↓↓↓

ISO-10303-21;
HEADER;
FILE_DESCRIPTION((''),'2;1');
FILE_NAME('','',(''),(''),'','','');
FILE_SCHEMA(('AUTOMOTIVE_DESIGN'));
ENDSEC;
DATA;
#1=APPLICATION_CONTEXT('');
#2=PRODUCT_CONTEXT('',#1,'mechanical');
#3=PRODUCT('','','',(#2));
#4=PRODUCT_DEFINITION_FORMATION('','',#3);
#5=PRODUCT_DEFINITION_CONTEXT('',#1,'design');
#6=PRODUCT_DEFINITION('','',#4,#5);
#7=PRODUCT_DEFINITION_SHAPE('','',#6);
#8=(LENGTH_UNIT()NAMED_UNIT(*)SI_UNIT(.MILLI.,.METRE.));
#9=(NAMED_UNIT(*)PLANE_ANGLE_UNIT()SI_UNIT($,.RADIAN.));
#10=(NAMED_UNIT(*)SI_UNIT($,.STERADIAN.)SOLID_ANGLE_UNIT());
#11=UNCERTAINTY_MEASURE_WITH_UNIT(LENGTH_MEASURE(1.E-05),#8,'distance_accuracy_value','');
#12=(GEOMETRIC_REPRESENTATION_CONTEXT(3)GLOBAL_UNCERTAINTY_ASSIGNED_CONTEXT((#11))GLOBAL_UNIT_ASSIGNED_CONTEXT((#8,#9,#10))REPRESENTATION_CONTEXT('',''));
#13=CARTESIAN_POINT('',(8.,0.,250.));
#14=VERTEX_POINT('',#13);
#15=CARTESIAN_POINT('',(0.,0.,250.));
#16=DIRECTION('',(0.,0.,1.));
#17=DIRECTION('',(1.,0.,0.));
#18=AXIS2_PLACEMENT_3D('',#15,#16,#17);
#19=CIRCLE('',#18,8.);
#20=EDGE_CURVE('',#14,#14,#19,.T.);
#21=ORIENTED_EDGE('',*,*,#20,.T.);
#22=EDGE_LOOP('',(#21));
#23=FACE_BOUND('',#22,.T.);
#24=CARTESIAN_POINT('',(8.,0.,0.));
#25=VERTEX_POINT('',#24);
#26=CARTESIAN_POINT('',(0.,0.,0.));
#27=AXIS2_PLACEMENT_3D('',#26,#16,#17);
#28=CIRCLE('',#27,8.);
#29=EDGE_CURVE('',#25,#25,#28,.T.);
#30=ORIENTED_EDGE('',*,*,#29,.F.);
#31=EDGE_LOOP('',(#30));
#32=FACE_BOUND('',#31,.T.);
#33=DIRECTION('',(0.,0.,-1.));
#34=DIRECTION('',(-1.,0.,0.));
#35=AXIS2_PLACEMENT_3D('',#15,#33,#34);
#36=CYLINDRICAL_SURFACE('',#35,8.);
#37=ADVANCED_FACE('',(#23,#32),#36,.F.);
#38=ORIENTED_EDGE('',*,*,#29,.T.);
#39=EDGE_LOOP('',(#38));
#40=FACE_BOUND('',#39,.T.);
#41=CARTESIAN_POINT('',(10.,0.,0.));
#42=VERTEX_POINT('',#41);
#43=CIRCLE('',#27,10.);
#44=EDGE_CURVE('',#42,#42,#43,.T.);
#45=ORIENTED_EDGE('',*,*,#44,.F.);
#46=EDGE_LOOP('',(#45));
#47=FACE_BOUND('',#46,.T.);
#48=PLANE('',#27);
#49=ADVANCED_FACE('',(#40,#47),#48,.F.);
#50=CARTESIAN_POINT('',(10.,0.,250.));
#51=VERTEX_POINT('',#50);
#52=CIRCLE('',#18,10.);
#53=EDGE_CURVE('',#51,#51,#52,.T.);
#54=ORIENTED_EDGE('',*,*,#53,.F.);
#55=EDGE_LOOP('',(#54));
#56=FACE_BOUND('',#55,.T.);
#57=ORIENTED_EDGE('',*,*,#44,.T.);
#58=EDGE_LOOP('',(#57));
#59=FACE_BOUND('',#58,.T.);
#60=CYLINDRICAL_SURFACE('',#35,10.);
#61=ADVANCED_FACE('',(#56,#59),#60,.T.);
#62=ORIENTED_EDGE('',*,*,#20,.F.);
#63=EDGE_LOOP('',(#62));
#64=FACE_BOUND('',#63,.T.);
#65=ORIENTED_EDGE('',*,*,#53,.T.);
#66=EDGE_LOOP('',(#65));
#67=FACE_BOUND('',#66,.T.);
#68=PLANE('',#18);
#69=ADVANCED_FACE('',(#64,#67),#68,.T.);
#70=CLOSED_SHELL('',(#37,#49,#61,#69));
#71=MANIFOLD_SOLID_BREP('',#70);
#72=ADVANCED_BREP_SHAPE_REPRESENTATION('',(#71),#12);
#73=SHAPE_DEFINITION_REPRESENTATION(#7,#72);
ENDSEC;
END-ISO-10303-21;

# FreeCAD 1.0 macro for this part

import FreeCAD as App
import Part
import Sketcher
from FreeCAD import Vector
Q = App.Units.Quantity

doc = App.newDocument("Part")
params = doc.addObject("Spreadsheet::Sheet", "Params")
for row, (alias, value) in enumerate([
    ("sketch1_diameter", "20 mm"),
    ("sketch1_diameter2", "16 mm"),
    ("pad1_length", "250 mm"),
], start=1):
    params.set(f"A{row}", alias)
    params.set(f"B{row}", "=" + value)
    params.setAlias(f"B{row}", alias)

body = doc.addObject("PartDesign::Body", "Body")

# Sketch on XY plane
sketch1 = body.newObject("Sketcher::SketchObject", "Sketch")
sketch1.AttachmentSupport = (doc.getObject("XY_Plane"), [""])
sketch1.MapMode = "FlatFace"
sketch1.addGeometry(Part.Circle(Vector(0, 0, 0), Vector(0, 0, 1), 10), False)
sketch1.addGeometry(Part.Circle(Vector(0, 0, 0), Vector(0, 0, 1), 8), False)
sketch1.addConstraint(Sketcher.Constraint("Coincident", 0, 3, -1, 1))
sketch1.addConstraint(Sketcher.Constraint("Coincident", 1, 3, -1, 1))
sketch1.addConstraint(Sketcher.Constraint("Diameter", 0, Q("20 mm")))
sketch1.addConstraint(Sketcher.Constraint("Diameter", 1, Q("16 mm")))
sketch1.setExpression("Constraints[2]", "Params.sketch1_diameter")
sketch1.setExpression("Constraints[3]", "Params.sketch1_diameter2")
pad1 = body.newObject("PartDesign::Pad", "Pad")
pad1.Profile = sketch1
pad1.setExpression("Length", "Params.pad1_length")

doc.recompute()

↑↑↑

_WORK INSTRUCTION_:
Given the data above, transcribe exactly the lines from the one containing "#14=VERTEX_POINT('',#13);" down to the one containing "#52=CIRCLE('',#18,10.);", and no others.

_PROBLEM SOLUTION_:
#14=VERTEX_POINT('',#13);
#15=CARTESIAN_POINT('',(0.,0.,250.));
#16=DIRECTION('',(0.,0.,1.));
#17=DIRECTION('',(1.,0.,0.));
#18=AXIS2_PLACEMENT_3D('',#15,#16,#17);
#19=CIRCLE('',#18,8.);
#20=EDGE_CURVE('',#14,#14,#19,.T.);
#21=ORIENTED_EDGE('',*,*,#20,.T.);
#22=EDGE_LOOP('',(#21));
#23=FACE_BOUND('',#22,.T.);
#24=CARTESIAN_POINT('',(8.,0.,0.));
#25=VERTEX_POINT('',#24);
#26=CARTESIAN_POINT('',(0.,0.,0.));
#27=AXIS2_PLACEMENT_3D('',#26,#16,#17);
#28=CIRCLE('',#27,8.);
#29=EDGE_CURVE('',#25,#25,#28,.T.);
#30=ORIENTED_EDGE('',*,*,#29,.F.);
#31=EDGE_LOOP('',(#30));
#32=FACE_BOUND('',#31,.T.);
#33=DIRECTION('',(0.,0.,-1.));
#34=DIRECTION('',(-1.,0.,0.));
#35=AXIS2_PLACEMENT_3D('',#15,#33,#34);
#36=CYLINDRICAL_SURFACE('',#35,8.);
#37=ADVANCED_FACE('',(#23,#32),#36,.F.);
#38=ORIENTED_EDGE('',*,*,#29,.T.);
#39=EDGE_LOOP('',(#38));
#40=FACE_BOUND('',#39,.T.);
#41=CARTESIAN_POINT('',(10.,0.,0.));
#42=VERTEX_POINT('',#41);
#43=CIRCLE('',#27,10.);
#44=EDGE_CURVE('',#42,#42,#43,.T.);
#45=ORIENTED_EDGE('',*,*,#44,.F.);
#46=EDGE_LOOP('',(#45));
#47=FACE_BOUND('',#46,.T.);
#48=PLANE('',#27);
#49=ADVANCED_FACE('',(#40,#47),#48,.F.);
#50=CARTESIAN_POINT('',(10.,0.,250.));
#51=VERTEX_POINT('',#50);
#52=CIRCLE('',#18,10.);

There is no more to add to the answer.